Лабух картинно развел руками:
– Если бы молодость знала, если бы старость могла!.. У меня есть саксофон. Он не вполне исправен, но при желании… Приходите завтра… Не откажите в любезности – еще пять декалитров этого не в меру разбавленного напитка…
– А можно сейчас? – нетерпеливо сказал Мэлс. – У меня деньги с собой.
– Нет, – покачал головой лабух. – Приходите завтра и, пожалуйста, – оглядел он пестрый наряд Мэлса, – постарайтесь мимикрировать под окружающую расцветку.
– Что? – не понял тот.
– Оденьтесь во что-нибудь незаметное.
– Почему? – удивился Мэлс.
– Видите ли… – замялся лабух. – Есть одна небольшая проблема… а вам придется нести его через весь город…

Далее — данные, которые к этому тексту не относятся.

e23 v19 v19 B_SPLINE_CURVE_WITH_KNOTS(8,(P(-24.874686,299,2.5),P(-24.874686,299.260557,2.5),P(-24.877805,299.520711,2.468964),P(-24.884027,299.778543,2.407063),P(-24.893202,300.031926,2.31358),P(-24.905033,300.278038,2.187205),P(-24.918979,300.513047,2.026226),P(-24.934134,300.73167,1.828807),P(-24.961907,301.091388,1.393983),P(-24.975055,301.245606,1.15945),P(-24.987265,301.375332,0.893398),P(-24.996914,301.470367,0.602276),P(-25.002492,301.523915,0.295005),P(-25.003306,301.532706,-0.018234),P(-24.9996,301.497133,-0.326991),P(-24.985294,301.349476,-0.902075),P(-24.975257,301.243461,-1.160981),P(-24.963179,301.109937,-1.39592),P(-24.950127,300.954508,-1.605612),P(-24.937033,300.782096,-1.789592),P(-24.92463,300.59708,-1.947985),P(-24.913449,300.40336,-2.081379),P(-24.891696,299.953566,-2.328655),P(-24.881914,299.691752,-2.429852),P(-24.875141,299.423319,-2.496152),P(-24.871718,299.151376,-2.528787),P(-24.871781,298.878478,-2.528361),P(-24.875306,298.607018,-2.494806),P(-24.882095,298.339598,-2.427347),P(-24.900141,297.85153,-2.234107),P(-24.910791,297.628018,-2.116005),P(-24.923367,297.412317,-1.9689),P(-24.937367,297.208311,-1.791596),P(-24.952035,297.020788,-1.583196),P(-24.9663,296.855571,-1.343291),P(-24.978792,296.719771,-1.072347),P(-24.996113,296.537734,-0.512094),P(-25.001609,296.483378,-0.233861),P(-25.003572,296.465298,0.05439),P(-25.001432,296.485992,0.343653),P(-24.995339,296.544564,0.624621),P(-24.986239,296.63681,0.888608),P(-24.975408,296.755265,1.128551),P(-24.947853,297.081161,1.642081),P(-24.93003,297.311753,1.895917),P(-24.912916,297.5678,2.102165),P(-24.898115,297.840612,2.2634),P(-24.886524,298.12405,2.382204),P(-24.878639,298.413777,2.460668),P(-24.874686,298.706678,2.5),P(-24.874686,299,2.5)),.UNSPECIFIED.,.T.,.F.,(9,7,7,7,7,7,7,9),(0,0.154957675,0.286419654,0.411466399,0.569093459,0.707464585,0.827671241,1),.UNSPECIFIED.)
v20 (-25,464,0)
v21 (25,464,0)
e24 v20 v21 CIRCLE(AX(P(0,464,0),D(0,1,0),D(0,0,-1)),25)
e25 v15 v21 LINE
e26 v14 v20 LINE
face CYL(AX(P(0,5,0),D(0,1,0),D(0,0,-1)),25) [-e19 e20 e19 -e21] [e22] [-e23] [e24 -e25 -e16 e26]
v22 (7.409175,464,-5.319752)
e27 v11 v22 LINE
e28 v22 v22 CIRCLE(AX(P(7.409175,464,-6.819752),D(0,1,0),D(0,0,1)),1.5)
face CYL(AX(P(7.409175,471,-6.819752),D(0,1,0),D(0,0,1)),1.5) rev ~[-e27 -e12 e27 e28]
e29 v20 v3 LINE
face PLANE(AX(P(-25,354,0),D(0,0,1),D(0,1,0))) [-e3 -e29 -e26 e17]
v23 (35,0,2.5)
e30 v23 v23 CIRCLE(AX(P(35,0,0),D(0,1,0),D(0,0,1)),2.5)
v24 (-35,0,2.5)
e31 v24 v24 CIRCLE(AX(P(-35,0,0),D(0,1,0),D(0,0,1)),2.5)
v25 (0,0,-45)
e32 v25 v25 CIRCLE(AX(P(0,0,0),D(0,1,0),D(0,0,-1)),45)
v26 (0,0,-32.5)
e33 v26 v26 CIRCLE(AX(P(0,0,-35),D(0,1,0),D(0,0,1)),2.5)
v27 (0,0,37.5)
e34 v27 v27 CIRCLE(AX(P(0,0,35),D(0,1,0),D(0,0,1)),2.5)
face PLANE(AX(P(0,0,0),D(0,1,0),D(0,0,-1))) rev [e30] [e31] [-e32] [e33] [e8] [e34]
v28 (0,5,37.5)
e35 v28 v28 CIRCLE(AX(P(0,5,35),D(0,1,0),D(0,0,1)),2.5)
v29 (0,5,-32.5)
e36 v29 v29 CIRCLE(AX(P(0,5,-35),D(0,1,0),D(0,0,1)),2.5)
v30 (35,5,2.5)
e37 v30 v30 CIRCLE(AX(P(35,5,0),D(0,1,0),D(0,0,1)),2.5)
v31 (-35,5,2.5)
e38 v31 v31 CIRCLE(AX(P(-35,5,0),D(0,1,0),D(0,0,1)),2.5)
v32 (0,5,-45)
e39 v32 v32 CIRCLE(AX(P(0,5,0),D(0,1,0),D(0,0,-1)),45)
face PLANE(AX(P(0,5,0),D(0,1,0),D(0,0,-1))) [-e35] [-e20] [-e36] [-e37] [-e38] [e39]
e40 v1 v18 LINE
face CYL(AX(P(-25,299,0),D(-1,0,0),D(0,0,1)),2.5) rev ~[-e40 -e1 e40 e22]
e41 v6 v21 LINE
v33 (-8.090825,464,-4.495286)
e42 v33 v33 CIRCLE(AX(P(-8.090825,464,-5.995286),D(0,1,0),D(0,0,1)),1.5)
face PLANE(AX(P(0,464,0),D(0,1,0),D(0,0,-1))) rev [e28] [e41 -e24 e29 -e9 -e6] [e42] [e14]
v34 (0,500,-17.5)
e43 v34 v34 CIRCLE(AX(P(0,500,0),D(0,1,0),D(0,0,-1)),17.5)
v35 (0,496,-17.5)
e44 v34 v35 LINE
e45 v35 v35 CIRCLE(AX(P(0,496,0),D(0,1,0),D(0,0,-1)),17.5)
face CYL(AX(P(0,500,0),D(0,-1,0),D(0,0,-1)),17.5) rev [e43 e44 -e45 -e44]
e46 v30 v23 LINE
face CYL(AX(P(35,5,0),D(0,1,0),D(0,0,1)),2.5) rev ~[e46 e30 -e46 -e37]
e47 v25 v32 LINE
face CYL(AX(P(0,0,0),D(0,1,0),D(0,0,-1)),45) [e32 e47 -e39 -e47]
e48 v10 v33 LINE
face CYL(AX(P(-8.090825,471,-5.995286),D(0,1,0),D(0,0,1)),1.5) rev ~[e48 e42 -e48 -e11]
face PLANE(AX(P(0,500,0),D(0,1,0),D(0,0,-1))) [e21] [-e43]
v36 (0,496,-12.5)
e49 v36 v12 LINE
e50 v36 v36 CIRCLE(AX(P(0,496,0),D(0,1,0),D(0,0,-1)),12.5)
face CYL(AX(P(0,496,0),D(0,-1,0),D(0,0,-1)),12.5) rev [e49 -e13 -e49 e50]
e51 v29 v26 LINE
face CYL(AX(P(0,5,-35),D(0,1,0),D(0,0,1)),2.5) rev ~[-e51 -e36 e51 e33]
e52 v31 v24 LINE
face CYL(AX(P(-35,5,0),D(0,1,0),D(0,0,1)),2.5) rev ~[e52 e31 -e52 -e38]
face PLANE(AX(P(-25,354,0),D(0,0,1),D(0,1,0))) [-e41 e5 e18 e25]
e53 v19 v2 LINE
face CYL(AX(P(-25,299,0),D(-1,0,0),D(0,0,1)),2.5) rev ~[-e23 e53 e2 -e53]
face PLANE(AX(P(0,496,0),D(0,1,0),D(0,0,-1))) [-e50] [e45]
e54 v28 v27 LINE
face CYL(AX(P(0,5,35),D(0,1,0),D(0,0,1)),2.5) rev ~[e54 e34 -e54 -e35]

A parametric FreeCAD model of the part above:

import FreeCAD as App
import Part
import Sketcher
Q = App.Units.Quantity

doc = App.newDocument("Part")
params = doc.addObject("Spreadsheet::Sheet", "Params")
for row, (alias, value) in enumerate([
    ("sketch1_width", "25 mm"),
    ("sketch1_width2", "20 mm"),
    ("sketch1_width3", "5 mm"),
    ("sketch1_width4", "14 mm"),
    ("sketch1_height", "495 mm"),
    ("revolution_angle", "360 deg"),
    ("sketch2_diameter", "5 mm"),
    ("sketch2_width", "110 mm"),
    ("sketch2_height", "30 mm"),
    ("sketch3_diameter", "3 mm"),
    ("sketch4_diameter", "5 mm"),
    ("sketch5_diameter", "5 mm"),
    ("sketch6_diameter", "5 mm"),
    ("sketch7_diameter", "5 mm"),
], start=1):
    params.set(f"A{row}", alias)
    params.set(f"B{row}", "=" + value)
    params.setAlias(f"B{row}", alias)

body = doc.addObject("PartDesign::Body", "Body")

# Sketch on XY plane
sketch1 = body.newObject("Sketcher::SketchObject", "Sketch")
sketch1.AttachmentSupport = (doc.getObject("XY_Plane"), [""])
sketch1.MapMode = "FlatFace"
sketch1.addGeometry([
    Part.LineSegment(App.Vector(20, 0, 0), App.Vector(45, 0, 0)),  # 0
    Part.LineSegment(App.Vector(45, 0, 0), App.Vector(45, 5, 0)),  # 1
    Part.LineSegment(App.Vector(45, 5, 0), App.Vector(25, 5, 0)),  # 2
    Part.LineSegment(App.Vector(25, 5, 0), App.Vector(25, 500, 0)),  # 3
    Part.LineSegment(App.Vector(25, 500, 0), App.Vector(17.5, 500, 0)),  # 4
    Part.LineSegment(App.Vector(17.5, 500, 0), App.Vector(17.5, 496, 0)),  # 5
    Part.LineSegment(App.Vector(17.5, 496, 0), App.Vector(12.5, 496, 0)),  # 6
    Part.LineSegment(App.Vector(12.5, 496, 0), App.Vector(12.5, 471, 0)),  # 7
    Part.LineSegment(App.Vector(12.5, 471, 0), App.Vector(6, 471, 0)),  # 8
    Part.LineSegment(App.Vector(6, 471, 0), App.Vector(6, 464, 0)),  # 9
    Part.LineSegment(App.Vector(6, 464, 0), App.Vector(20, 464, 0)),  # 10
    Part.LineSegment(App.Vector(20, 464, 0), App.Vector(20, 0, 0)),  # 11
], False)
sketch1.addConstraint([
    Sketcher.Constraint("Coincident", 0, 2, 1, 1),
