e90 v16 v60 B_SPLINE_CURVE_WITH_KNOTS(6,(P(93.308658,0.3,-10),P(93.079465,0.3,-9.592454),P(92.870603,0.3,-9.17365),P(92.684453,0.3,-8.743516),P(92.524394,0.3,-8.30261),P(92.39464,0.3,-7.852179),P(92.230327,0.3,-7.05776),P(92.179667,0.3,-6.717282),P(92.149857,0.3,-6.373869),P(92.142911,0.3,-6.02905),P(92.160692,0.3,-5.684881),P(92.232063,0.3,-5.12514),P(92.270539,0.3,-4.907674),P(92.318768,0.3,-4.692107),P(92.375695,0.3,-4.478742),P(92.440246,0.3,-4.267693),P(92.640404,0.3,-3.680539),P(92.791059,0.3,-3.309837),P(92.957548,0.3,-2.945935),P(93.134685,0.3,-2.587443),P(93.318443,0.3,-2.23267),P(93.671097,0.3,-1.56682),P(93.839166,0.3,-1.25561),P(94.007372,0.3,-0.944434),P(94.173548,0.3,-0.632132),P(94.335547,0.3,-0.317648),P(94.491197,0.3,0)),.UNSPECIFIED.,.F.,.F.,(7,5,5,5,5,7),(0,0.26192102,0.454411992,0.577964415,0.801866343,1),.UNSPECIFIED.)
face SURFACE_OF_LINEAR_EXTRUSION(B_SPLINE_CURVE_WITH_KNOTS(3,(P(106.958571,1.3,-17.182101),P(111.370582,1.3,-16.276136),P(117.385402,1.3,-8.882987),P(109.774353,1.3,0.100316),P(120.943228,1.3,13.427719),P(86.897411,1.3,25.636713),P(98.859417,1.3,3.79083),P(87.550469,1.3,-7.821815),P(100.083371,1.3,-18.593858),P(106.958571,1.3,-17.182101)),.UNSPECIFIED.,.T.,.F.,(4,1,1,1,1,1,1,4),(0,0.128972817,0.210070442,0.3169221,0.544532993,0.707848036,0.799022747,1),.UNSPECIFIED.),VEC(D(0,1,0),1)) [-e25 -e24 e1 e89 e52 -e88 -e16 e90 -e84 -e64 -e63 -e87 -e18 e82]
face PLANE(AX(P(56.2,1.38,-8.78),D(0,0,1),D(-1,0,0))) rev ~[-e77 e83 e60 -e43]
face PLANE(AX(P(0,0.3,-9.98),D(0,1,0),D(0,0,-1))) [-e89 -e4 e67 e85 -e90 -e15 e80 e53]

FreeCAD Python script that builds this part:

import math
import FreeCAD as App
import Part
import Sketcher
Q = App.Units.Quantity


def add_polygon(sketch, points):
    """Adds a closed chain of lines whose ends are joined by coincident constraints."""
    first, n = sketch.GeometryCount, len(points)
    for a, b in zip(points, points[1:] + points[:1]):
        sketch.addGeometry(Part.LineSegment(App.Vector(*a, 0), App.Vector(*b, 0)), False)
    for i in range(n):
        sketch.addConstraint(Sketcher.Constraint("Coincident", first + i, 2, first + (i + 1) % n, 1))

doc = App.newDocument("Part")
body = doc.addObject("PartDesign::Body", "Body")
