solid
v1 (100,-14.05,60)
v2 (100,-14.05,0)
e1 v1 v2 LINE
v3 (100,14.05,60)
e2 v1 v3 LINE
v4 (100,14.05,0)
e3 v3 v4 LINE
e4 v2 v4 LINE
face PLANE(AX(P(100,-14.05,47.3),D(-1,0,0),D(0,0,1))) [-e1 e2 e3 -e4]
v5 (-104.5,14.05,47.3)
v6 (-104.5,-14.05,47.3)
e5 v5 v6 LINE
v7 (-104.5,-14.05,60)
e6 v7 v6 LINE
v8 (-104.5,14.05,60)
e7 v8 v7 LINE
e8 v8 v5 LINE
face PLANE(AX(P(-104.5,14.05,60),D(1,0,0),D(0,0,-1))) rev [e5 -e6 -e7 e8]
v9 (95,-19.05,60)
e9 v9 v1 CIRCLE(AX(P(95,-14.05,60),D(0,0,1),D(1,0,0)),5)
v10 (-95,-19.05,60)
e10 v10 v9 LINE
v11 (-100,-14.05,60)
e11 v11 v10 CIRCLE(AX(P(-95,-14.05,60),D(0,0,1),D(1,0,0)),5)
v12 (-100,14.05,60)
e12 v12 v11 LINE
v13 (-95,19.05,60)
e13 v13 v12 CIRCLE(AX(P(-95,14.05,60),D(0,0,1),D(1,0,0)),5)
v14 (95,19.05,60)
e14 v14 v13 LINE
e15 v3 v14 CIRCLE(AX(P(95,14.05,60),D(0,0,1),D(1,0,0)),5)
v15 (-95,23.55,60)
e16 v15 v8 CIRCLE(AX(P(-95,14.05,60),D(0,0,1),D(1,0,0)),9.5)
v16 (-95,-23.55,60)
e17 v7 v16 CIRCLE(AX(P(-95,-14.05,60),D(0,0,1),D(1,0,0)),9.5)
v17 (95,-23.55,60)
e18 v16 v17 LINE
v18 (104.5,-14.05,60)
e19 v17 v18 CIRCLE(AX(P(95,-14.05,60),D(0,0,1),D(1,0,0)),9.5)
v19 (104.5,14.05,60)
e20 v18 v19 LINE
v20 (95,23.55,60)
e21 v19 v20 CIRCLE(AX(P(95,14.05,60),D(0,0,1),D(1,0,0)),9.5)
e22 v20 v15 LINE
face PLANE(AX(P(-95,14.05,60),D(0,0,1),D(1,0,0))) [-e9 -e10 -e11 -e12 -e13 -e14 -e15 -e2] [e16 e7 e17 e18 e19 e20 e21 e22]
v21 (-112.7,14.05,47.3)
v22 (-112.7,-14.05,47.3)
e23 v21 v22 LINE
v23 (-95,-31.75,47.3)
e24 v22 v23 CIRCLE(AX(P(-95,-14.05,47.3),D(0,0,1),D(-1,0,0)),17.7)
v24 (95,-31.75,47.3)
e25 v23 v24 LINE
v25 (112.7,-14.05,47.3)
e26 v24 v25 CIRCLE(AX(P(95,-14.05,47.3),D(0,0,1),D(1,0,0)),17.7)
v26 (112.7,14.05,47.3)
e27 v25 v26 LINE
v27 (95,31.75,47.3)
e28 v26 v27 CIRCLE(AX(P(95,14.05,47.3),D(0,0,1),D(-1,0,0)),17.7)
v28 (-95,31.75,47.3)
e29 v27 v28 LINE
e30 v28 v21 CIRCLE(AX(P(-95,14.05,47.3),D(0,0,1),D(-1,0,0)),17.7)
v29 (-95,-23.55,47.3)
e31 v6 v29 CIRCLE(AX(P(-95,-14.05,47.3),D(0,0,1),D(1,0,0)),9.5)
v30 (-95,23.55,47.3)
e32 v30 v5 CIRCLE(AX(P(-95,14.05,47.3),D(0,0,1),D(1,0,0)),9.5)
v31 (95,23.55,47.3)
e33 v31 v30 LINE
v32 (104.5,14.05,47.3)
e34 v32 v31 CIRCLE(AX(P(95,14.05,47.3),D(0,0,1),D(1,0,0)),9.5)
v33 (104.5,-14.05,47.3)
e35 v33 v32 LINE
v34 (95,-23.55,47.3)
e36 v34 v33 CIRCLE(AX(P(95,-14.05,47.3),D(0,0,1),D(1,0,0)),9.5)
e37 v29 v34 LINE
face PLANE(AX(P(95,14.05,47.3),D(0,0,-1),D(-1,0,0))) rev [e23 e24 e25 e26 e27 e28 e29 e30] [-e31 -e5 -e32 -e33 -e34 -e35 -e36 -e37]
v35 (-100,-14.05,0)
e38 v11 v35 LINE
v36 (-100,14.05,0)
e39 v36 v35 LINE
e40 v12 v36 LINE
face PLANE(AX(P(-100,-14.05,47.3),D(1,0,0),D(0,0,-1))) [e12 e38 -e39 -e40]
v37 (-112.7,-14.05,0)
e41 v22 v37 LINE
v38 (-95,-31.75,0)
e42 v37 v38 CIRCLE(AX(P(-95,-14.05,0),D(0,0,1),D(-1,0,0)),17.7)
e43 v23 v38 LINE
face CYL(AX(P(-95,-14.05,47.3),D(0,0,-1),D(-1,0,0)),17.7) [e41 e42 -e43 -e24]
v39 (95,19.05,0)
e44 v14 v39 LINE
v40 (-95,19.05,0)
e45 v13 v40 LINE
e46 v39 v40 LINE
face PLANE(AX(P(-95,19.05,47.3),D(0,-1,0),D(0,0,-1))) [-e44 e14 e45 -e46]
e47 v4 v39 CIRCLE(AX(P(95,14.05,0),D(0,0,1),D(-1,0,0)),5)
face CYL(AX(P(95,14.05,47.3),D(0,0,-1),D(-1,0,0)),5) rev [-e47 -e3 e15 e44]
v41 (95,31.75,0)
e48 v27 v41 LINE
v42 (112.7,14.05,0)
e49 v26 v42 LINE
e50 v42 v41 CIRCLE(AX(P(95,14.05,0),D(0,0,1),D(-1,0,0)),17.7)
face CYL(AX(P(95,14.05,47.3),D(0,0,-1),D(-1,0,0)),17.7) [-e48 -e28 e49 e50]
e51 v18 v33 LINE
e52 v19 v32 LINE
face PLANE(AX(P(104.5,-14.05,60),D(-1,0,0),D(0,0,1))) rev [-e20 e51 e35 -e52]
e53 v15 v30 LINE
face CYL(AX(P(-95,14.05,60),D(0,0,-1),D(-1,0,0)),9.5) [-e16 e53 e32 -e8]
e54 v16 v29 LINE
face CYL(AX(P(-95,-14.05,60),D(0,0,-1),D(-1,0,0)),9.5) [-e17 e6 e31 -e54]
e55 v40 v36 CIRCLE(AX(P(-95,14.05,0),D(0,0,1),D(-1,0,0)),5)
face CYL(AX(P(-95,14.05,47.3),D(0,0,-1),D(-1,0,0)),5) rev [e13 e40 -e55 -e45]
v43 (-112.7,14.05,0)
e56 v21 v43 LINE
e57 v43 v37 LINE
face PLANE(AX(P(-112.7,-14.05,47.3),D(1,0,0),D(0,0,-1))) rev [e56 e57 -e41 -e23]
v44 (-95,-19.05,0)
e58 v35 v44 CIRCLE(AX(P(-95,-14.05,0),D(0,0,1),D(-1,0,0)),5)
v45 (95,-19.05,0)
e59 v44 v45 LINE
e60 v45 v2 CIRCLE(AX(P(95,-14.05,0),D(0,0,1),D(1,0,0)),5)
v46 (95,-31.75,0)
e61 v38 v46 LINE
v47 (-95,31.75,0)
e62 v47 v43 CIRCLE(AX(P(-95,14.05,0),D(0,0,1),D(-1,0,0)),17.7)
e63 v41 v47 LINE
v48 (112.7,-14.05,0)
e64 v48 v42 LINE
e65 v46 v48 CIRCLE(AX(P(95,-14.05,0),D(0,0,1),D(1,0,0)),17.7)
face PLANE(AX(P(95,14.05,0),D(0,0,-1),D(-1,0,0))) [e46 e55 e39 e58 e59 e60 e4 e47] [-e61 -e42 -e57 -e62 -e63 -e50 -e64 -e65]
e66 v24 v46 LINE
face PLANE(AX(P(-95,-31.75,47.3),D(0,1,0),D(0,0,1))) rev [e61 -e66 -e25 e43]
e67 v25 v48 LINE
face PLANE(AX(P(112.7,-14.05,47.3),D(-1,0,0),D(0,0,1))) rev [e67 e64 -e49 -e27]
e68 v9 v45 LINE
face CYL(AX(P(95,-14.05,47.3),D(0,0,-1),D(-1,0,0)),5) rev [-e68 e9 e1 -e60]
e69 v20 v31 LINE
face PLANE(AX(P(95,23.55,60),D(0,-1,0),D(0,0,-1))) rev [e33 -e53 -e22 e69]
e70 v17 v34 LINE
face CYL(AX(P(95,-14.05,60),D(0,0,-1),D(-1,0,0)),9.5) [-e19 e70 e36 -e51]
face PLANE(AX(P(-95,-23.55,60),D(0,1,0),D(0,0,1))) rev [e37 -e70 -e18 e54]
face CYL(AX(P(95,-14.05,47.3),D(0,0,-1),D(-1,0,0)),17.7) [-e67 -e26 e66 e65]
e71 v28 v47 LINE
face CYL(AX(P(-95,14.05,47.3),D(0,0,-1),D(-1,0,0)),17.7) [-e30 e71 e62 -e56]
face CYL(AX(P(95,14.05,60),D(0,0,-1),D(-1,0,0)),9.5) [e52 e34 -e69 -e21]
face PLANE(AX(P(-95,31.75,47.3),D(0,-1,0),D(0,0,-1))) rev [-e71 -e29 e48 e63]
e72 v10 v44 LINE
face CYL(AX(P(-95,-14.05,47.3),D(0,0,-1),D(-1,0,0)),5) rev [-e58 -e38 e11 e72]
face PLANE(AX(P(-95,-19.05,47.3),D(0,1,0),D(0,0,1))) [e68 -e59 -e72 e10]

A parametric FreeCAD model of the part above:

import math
import FreeCAD as App
import Part
import Sketcher
from FreeCAD import Vector

doc = App.newDocument("Part")
body = doc.addObject("PartDesign::Body", "Body")

sketch1 = body.newObject("Sketcher::SketchObject", "Sketch")
sketch1.AttachmentSupport = (doc.getObject("XY_Plane"), [""])
sketch1.MapMode = "FlatFace"
sketch1.addGeometry(Part.LineSegment(Vector(-95, -32, 0), Vector(95, -32, 0)), False)
sketch1.addGeometry(Part.ArcOfCircle(Part.Circle(Vector(95, -14, 0), Vector(0, 0, 1), 18), math.radians(-90), math.radians(0)), False)
sketch1.addGeometry(Part.LineSegment(Vector(113, -14, 0), Vector(113, 14, 0)), False)
sketch1.addGeometry(Part.ArcOfCircle(Part.Circle(Vector(95, 14, 0), Vector(0, 0, 1), 18), math.radians(0), math.radians(90)), False)
sketch1.addGeometry(Part.LineSegment(Vector(95, 32, 0), Vector(-95, 32, 0)), False)
sketch1.addGeometry(Part.ArcOfCircle(Part.Circle(Vector(-95, 14, 0), Vector(0, 0, 1), 18), math.radians(90), math.radians(180)), False)
sketch1.addGeometry(Part.LineSegment(Vector(-113, 14, 0), Vector(-113, -14, 0)), False)
sketch1.addGeometry(Part.ArcOfCircle(Part.Circle(Vector(-95, -14, 0), Vector(0, 0, 1), 18), math.radians(180), math.radians(270)), False)
sketch1.addGeometry(Part.LineSegment(Vector(95, -19, 0), Vector(-95, -19, 0)), False)
sketch1.addGeometry(Part.ArcOfCircle(Part.Circle(Vector(-95, -14, 0), Vector(0, 0, 1), 5), math.radians(180), math.radians(270)), False)
sketch1.addGeometry(Part.LineSegment(Vector(-100, -14, 0), Vector(-100, 14, 0)), False)
sketch1.addGeometry(Part.ArcOfCircle(Part.Circle(Vector(-95, 14, 0), Vector(0, 0, 1), 5), math.radians(90), math.radians(180)), False)
sketch1.addGeometry(Part.LineSegment(Vector(-95, 19, 0), Vector(95, 19, 0)), False)
sketch1.addGeometry(Part.ArcOfCircle(Part.Circle(Vector(95, 14, 0), Vector(0, 0, 1), 5), math.radians(0), math.radians(90)), False)
sketch1.addGeometry(Part.LineSegment(Vector(100, 14, 0), Vector(100, -14, 0)), False)
sketch1.addGeometry(Part.ArcOfCircle(Part.Circle(Vector(95, -14, 0), Vector(0, 0, 1), 5), math.radians(-90), math.radians(0)), False)
sketch1.addConstraint(Sketcher.Constraint("Tangent", 0, 2, 1, 1))
sketch1.addConstraint(Sketcher.Constraint("Tangent", 1, 2, 2, 1))
sketch1.addConstraint(Sketcher.Constraint("Tangent", 2, 2, 3, 1))
sketch1.addConstraint(Sketcher.Constraint("Tangent", 3, 2, 4, 1))
sketch1.addConstraint(Sketcher.Constraint("Tangent", 4, 2, 5, 1))
sketch1.addConstraint(Sketcher.Constraint("Tangent", 5, 2, 6, 1))
sketch1.addConstraint(Sketcher.Constraint("Tangent", 6, 2, 7, 1))
sketch1.addConstraint(Sketcher.Constraint("Tangent", 7, 2, 0, 1))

В своей нищей каморке с выцветшими афишами над кроватью лабух достал с антресолей футляр, сдул с него толстый слой пыли. Мэлс с восторженной улыбкой взял инструмент с бархатной подкладки, нажал на клапана, осмотрел…
– А это что? – спросил он с вытянувшейся физиономией.
Около раструба красовался массивный фашистский орел, зажавший в когтях свастику.
– Это – небольшая проблема, – пояснил лабух. – Инструмент трофейный, из оркестра военно-воздушных сил. Так вы берете?